START Material supplied

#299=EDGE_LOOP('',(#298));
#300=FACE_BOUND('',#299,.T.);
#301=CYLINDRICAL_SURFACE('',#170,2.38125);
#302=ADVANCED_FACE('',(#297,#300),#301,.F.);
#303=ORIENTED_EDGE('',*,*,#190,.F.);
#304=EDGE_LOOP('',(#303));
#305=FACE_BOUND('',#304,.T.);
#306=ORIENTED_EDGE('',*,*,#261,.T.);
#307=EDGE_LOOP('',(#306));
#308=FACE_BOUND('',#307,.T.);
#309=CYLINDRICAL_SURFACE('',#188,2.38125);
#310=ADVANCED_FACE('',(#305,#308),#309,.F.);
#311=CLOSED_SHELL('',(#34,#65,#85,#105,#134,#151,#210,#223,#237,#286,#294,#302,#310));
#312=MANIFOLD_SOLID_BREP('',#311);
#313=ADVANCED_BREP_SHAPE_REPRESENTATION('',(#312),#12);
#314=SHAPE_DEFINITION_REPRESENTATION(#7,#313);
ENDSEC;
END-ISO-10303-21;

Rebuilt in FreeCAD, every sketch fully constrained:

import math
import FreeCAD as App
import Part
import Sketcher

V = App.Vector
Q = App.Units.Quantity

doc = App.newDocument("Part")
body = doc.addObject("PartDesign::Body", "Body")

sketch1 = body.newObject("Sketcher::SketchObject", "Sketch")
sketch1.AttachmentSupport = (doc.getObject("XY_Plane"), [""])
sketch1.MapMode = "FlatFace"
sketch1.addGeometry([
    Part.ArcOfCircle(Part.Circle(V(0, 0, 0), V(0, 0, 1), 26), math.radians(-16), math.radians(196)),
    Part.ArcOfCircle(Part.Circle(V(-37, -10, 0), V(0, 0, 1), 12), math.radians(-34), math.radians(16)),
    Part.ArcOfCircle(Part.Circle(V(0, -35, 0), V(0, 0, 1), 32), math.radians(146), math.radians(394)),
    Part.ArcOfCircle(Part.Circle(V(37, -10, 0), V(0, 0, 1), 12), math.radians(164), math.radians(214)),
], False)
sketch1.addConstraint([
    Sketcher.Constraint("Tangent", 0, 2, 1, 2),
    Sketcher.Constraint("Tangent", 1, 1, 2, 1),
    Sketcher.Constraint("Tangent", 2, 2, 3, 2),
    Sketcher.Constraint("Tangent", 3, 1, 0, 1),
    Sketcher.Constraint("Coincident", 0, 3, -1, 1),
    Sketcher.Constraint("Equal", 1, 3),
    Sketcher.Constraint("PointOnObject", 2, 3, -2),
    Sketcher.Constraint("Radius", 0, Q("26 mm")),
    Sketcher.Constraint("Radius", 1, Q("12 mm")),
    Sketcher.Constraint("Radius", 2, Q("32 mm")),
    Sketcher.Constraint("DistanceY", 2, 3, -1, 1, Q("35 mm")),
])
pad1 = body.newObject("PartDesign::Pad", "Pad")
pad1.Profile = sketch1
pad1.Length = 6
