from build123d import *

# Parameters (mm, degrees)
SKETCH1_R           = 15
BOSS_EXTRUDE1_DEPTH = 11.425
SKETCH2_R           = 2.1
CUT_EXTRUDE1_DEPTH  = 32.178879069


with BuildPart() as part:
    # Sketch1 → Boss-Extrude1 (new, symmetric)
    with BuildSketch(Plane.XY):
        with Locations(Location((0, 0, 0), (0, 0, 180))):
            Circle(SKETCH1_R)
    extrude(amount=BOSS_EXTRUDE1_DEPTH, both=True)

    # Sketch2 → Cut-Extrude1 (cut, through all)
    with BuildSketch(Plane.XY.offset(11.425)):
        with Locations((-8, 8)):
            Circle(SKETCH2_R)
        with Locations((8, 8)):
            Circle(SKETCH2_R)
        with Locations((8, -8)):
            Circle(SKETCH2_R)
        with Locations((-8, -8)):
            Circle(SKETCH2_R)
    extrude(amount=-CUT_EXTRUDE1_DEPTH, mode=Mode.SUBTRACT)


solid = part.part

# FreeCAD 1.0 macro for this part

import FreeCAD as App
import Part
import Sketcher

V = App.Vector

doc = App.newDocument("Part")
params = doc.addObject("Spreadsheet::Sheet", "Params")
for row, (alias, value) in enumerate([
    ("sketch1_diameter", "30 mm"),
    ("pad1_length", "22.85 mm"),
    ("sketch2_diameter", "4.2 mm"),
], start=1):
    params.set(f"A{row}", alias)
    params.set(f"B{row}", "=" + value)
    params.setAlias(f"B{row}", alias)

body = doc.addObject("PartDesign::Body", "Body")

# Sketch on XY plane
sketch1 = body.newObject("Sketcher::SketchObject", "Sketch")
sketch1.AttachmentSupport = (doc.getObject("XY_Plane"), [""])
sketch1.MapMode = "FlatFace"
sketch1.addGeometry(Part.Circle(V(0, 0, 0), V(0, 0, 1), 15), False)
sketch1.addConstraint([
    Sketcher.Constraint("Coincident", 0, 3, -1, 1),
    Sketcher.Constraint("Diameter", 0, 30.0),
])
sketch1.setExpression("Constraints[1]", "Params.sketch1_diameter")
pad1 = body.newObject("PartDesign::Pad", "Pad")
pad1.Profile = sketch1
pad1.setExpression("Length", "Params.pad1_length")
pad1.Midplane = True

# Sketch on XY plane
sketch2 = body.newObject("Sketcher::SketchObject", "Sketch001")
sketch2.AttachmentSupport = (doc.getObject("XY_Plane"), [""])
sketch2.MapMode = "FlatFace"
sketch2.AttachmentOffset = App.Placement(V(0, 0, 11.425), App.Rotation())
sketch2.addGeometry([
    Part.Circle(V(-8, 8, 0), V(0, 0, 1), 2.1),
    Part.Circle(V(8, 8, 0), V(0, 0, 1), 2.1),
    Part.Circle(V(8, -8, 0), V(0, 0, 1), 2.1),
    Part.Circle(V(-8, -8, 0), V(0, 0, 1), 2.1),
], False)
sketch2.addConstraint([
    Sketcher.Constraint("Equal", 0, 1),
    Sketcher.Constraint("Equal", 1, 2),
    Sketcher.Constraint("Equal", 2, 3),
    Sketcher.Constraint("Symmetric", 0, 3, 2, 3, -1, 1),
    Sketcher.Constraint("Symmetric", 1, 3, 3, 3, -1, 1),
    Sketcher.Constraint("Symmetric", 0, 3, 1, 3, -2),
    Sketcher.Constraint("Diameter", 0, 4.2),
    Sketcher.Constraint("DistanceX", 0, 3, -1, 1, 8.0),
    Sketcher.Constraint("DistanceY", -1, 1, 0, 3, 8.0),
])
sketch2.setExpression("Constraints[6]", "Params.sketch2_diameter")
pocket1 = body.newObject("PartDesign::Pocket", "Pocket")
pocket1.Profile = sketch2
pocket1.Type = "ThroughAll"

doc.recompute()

END Material supplied
START Material supplied

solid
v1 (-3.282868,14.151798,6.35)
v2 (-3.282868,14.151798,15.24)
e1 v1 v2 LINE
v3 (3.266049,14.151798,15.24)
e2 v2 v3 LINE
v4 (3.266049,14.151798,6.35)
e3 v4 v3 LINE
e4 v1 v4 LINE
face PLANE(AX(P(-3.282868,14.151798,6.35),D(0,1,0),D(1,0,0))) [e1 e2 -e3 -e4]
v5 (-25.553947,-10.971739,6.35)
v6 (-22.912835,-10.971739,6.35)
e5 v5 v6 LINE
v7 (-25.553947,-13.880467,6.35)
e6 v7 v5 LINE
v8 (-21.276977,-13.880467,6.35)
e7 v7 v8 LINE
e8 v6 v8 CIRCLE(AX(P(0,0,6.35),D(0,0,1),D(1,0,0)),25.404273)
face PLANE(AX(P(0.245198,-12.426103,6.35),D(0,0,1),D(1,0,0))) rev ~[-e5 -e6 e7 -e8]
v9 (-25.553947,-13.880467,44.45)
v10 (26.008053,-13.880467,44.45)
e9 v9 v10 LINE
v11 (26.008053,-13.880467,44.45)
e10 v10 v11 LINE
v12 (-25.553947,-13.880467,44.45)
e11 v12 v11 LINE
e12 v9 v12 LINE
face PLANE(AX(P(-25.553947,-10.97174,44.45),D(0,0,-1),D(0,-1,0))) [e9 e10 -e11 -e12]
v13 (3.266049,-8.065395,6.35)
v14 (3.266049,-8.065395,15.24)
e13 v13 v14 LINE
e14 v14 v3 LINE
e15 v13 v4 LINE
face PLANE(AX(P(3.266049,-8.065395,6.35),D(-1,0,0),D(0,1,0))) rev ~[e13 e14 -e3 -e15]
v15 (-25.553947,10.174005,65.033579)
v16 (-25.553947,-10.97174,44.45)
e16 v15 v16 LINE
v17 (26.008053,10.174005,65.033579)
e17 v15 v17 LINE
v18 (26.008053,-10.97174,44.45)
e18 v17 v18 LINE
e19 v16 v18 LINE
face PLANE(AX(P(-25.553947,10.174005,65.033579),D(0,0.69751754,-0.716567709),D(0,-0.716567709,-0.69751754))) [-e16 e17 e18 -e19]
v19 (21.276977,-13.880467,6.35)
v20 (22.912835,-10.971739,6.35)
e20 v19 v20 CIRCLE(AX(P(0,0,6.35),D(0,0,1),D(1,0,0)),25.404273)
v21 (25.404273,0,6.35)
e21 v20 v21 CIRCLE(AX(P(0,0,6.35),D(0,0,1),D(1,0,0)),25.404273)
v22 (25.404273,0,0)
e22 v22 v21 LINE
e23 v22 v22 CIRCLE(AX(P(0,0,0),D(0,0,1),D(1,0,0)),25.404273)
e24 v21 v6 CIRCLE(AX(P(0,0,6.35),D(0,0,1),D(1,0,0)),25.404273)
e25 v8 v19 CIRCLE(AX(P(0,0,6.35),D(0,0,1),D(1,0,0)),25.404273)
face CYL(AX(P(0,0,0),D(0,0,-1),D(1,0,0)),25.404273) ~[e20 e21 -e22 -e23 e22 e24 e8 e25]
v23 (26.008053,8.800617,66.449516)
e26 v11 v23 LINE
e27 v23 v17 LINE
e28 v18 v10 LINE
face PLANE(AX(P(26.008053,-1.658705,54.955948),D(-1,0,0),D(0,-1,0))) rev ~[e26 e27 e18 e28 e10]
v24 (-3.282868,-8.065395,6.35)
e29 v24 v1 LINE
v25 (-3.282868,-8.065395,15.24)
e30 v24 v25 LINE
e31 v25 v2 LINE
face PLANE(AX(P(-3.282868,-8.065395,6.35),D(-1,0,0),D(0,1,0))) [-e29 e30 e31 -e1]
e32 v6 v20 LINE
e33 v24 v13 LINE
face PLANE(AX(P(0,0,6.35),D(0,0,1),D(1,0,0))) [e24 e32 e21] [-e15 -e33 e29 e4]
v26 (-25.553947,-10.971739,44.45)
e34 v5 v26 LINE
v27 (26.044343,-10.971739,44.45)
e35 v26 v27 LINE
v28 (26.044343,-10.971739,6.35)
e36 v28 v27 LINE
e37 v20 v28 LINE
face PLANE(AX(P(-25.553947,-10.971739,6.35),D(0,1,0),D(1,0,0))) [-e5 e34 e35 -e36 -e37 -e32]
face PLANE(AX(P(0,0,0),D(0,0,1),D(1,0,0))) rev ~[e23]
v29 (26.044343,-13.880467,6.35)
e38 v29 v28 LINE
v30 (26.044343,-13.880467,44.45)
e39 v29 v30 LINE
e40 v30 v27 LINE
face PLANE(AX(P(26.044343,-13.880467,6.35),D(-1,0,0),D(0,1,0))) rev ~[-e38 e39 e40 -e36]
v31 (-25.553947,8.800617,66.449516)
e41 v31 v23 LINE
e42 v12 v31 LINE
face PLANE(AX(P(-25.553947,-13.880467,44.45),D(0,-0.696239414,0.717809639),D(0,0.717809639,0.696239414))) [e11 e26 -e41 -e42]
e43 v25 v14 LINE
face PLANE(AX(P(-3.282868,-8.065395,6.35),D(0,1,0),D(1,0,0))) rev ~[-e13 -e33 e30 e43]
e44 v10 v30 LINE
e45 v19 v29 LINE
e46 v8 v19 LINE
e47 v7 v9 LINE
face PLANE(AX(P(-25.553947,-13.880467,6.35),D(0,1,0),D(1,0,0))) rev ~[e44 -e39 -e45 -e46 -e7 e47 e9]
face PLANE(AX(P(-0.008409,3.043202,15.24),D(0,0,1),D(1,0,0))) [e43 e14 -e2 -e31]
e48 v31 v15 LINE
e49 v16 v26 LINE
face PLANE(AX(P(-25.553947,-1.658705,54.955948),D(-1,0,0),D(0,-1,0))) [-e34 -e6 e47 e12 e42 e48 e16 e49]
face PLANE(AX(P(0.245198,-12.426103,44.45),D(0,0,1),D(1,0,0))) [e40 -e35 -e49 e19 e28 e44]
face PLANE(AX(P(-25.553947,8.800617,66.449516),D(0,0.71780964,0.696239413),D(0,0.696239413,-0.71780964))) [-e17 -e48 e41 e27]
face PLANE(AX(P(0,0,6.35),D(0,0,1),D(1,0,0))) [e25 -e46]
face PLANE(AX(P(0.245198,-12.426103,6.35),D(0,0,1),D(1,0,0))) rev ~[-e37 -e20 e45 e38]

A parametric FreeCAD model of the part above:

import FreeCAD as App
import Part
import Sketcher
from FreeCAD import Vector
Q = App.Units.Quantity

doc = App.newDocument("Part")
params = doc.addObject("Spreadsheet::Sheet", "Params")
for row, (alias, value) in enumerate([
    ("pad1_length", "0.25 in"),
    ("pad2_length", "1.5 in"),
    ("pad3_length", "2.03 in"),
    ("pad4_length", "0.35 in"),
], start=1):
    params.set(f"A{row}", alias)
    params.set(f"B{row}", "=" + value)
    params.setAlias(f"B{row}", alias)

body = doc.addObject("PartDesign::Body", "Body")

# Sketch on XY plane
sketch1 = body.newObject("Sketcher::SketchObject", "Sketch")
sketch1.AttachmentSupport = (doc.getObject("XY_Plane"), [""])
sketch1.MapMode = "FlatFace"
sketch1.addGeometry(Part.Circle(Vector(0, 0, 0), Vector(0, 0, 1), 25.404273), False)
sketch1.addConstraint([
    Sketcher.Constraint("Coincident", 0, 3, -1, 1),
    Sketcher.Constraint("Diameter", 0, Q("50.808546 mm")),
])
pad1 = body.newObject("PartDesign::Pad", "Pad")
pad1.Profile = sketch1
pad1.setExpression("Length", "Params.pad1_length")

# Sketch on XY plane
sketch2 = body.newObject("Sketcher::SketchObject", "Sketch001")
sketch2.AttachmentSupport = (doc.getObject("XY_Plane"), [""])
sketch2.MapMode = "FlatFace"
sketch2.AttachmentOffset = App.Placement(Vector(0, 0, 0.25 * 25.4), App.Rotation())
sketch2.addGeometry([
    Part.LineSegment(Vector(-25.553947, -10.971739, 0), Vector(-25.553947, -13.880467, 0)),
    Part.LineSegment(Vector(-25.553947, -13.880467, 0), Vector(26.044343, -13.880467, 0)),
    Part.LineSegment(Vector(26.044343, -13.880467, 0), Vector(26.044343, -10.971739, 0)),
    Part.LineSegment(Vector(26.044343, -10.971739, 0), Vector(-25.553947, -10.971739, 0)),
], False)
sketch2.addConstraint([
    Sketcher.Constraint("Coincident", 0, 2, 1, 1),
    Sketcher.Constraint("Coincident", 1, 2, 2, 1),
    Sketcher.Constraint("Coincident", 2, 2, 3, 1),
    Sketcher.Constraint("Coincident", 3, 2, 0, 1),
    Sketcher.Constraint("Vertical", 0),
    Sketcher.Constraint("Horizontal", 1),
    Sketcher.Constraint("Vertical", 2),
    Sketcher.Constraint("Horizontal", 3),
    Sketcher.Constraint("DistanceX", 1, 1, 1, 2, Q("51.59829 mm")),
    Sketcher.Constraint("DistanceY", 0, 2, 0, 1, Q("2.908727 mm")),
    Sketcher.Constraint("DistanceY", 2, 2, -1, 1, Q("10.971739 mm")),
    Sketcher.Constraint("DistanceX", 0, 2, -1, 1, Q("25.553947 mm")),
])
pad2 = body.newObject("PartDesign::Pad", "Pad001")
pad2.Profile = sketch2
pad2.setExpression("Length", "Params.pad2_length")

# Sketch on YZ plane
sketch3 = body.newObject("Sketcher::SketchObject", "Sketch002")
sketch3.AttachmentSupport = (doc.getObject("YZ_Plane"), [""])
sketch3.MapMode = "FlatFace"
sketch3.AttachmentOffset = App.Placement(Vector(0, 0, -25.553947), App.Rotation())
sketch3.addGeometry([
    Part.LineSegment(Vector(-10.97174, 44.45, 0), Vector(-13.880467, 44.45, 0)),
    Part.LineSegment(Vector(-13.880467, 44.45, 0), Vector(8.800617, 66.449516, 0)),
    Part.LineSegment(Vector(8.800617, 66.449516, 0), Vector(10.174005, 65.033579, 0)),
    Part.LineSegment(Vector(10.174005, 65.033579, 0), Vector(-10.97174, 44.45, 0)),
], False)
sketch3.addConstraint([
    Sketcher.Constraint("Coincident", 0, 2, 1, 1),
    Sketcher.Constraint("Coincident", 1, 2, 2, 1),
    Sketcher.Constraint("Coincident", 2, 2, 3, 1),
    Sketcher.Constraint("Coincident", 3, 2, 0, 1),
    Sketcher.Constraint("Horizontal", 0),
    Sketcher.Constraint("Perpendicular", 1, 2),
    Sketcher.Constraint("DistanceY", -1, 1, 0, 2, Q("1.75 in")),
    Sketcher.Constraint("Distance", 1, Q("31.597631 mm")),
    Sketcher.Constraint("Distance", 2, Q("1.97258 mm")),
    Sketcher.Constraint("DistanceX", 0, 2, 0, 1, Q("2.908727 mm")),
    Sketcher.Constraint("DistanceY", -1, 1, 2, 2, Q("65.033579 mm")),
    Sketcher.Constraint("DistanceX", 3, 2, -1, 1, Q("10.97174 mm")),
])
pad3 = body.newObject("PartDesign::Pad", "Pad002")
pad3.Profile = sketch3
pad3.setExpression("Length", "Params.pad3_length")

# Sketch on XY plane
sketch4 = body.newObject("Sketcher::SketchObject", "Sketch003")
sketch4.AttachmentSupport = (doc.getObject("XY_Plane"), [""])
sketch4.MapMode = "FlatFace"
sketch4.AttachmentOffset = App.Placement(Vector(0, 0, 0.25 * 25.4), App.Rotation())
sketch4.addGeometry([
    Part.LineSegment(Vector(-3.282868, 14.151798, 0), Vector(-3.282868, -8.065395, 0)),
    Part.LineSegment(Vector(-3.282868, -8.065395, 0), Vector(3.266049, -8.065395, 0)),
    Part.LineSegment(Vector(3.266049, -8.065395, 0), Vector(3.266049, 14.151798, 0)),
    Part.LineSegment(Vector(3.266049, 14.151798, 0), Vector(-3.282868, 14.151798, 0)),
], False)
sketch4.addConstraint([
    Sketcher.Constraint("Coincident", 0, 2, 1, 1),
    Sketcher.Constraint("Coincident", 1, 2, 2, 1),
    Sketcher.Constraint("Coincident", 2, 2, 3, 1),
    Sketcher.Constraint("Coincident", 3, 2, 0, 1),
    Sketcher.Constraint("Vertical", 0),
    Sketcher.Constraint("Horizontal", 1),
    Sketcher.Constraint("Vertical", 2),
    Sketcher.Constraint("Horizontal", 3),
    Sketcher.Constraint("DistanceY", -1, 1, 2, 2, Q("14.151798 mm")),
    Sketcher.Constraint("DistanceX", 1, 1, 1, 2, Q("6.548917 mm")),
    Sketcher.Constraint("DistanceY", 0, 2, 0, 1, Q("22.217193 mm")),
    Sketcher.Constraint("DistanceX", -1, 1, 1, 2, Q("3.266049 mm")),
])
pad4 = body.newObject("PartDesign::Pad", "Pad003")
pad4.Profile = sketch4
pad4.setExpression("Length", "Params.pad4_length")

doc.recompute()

END Material supplied
START Material supplied

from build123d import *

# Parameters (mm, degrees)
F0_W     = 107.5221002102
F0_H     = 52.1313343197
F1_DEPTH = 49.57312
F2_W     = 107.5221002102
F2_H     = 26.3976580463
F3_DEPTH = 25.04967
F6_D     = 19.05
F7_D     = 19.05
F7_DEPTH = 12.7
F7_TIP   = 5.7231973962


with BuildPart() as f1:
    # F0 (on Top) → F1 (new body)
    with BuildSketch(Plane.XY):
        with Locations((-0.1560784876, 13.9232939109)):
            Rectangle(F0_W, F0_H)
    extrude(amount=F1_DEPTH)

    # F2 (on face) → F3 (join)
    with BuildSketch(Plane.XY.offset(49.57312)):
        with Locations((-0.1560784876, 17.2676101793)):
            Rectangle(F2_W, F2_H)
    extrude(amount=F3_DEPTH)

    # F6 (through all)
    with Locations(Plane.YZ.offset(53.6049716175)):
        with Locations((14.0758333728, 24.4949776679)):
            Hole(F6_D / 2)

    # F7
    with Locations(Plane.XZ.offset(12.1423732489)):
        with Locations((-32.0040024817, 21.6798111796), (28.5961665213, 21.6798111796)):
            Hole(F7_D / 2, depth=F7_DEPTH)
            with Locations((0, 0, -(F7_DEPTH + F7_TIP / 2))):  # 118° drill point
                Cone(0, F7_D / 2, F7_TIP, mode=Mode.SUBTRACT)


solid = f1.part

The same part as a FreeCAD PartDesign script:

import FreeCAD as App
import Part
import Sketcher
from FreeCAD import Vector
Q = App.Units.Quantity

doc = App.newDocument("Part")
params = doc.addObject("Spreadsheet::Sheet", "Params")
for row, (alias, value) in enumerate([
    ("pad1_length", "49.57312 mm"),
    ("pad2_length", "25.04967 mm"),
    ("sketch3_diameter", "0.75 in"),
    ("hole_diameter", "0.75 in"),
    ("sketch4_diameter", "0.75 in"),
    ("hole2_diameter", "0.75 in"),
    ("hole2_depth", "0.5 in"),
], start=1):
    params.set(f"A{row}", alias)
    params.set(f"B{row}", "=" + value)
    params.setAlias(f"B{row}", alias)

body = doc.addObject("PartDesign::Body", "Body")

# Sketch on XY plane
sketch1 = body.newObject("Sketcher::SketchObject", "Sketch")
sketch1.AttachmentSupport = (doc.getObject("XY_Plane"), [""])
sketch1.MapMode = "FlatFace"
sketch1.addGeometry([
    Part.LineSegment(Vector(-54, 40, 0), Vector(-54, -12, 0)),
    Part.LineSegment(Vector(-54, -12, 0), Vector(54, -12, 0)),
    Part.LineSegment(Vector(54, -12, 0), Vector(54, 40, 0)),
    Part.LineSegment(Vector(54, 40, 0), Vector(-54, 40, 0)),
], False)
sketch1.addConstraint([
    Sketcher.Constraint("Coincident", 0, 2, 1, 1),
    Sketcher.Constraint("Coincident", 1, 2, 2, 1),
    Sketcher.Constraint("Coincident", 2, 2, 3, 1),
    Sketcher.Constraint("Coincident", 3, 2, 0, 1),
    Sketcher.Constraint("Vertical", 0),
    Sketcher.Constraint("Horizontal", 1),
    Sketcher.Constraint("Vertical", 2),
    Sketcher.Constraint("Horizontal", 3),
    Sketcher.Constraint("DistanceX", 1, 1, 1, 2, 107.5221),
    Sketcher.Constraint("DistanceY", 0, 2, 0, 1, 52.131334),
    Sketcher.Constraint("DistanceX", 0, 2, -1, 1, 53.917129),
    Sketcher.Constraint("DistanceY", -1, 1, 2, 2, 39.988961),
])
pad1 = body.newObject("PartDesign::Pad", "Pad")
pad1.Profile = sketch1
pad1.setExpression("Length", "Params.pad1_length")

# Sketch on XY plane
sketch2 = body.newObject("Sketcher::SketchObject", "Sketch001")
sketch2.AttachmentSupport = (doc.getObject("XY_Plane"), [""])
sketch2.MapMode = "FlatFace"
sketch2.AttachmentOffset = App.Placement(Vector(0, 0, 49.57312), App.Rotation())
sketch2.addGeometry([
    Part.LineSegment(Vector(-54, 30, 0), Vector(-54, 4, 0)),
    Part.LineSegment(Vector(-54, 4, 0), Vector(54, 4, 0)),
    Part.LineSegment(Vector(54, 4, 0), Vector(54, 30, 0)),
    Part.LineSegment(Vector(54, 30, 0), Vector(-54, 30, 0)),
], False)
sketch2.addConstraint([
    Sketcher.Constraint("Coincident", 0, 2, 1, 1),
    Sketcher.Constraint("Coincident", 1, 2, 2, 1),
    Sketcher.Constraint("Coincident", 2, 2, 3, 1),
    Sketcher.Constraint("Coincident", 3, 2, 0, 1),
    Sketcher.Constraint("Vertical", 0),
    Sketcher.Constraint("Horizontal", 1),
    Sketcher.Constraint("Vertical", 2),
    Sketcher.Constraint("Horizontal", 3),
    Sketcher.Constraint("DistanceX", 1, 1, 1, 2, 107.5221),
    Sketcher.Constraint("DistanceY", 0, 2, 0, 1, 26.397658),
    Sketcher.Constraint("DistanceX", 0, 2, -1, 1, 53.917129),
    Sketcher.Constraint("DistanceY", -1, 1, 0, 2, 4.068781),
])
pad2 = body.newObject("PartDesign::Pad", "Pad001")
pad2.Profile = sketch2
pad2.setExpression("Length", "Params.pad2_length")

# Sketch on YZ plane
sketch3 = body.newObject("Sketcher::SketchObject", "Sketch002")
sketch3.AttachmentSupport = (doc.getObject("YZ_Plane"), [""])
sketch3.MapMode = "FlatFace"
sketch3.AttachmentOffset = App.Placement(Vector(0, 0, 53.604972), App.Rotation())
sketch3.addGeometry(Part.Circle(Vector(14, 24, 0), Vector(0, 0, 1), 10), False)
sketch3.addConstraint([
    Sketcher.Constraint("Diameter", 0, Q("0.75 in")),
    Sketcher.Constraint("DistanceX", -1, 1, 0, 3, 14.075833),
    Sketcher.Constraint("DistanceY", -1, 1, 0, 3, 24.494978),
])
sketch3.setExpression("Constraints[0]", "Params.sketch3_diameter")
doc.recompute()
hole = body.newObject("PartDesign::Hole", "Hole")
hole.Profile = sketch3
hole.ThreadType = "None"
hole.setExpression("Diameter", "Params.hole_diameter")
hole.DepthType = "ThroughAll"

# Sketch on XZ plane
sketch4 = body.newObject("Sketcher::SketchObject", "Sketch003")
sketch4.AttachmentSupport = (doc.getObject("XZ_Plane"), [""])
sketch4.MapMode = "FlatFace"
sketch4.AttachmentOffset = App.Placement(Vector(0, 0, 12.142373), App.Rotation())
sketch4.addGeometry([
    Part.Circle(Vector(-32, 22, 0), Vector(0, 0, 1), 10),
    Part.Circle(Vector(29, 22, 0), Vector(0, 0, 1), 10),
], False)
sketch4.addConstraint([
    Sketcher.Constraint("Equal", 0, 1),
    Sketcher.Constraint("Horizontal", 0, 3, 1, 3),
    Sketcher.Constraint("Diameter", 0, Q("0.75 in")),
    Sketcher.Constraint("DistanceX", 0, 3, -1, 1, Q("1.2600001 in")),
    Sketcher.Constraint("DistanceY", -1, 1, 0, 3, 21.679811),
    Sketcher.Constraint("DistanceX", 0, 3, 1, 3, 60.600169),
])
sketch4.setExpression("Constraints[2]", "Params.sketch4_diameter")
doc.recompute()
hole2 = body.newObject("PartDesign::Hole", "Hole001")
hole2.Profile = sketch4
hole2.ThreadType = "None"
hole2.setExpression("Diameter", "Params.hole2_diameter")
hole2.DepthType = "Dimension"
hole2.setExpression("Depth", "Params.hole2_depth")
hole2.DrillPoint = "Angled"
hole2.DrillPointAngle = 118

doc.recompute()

END Material supplied

Task goal. From the data above, output only the lines between the line containing "e9 v9 v10 LINE" and the line containing "v19 (21.276977,-13.880467,6.35)", inclusive, exactly as written.

Exercise answer.
e9 v9 v10 LINE
v11 (26.008053,-13.880467,44.45)
e10 v10 v11 LINE
v12 (-25.553947,-13.880467,44.45)
e11 v12 v11 LINE
e12 v9 v12 LINE
face PLANE(AX(P(-25.553947,-10.97174,44.45),D(0,0,-1),D(0,-1,0))) [e9 e10 -e11 -e12]
v13 (3.266049,-8.065395,6.35)
v14 (3.266049,-8.065395,15.24)
e13 v13 v14 LINE
e14 v14 v3 LINE
e15 v13 v4 LINE
face PLANE(AX(P(3.266049,-8.065395,6.35),D(-1,0,0),D(0,1,0))) rev ~[e13 e14 -e3 -e15]
v15 (-25.553947,10.174005,65.033579)
v16 (-25.553947,-10.97174,44.45)
e16 v15 v16 LINE
v17 (26.008053,10.174005,65.033579)
e17 v15 v17 LINE
v18 (26.008053,-10.97174,44.45)
e18 v17 v18 LINE
e19 v16 v18 LINE
face PLANE(AX(P(-25.553947,10.174005,65.033579),D(0,0.69751754,-0.716567709),D(0,-0.716567709,-0.69751754))) [-e16 e17 e18 -e19]
v19 (21.276977,-13.880467,6.35)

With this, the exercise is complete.